Stored data entries
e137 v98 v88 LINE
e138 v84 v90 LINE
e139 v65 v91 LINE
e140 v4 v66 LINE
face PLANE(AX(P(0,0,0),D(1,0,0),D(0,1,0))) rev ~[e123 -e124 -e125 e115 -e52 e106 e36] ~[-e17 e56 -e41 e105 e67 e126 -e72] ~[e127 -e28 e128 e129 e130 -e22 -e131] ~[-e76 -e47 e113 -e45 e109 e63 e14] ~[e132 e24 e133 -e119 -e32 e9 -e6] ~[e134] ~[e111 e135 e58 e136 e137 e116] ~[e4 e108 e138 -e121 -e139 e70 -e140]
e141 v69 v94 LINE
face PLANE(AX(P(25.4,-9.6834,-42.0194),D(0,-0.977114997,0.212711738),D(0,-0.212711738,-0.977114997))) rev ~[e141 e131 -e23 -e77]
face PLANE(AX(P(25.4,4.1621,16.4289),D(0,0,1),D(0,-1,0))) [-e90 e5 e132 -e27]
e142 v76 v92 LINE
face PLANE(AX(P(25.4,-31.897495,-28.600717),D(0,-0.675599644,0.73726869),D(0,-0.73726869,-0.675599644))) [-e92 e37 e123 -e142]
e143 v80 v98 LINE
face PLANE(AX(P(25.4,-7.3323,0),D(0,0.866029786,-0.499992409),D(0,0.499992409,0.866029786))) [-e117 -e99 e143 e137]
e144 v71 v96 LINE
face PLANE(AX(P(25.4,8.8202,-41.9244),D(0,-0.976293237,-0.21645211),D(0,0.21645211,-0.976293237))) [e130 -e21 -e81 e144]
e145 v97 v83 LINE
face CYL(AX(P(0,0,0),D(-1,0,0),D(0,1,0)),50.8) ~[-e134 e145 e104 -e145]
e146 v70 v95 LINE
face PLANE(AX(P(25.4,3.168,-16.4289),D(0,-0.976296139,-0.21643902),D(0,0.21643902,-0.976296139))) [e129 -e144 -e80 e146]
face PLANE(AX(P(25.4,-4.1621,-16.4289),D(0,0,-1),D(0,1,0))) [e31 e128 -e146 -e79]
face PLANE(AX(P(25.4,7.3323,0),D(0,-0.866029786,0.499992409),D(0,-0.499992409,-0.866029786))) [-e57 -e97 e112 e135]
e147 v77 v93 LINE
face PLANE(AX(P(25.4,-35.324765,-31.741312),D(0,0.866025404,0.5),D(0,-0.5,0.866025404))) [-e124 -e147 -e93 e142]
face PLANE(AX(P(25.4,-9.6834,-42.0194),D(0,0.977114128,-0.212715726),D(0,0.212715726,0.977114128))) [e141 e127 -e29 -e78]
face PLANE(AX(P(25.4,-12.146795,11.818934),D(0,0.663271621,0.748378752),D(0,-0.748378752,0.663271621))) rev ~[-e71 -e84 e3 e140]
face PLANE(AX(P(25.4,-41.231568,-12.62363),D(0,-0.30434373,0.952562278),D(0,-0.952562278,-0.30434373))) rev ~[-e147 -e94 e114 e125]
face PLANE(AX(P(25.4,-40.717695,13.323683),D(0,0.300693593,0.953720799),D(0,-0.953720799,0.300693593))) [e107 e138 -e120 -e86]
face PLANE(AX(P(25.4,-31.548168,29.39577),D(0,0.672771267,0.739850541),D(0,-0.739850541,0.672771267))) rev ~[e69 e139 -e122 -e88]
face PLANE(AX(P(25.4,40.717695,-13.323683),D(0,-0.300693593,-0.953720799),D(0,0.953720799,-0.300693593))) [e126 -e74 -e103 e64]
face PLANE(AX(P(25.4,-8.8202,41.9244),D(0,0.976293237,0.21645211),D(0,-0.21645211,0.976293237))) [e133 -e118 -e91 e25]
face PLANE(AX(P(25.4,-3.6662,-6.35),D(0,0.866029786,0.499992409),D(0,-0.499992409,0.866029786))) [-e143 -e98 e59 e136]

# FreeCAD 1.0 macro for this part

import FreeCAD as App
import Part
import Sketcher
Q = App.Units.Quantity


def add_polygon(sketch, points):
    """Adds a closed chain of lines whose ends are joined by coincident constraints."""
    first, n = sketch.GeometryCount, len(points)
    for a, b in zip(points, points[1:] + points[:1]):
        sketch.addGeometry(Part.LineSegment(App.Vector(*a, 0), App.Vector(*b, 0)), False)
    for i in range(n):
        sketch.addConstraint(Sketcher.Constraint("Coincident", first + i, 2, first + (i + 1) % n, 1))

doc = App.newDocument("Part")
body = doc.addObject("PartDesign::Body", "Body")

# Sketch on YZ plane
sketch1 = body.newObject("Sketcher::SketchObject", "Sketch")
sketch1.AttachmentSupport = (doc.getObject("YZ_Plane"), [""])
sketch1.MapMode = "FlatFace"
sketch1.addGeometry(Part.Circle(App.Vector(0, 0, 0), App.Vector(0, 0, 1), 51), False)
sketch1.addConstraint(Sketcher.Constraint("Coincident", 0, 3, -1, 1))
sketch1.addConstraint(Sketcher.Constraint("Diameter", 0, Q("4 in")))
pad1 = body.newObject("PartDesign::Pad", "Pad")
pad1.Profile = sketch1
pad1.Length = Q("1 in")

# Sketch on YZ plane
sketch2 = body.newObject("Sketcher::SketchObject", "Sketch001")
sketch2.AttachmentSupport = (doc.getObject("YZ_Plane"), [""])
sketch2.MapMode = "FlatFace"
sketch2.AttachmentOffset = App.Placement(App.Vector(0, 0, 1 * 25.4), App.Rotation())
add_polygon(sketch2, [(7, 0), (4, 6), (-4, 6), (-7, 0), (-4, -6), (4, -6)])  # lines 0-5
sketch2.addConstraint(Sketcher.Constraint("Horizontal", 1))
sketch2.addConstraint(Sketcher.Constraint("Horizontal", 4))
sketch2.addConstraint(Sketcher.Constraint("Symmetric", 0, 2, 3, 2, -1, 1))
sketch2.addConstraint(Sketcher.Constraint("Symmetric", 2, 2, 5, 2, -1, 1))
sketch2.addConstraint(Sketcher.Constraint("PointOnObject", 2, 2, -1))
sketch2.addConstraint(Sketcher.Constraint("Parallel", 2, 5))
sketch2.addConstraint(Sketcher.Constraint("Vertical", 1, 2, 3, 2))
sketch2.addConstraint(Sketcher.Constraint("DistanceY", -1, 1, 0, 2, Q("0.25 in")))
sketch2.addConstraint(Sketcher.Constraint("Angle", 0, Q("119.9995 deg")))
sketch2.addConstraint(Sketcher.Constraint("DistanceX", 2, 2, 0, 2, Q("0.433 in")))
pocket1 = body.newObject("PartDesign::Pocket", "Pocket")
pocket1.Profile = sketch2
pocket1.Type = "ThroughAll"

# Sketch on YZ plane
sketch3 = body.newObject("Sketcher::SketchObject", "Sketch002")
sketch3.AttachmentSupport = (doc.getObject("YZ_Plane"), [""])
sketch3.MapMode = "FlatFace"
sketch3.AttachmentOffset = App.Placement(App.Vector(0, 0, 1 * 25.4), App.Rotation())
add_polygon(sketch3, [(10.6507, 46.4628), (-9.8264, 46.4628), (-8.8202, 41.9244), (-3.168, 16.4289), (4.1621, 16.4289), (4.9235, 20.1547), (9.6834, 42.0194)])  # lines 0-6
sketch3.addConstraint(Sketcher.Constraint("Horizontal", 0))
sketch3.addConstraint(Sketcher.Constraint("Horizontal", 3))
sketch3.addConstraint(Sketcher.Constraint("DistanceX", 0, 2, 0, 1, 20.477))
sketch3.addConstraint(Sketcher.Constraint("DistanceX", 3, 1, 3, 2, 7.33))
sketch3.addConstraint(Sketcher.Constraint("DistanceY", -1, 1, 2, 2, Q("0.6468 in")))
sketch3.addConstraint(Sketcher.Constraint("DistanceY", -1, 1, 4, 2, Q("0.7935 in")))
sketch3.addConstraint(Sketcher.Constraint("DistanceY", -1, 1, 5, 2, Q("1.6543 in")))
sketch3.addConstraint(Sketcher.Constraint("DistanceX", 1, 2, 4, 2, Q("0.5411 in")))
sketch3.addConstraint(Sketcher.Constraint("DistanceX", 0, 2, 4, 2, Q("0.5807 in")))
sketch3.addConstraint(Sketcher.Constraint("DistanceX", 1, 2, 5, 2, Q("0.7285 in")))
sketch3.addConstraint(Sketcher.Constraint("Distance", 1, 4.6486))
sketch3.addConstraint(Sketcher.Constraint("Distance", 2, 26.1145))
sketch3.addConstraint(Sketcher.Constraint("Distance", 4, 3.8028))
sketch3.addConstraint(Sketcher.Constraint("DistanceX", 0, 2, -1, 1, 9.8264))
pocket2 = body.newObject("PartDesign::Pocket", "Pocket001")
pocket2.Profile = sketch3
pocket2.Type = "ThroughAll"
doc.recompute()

* [What is expected] Give back the lines of the data exactly as they are written, from the first line through the line containing "e140 v4 v66 LINE".

* [Solved exercise]
e137 v98 v88 LINE
e138 v84 v90 LINE
e139 v65 v91 LINE
e140 v4 v66 LINE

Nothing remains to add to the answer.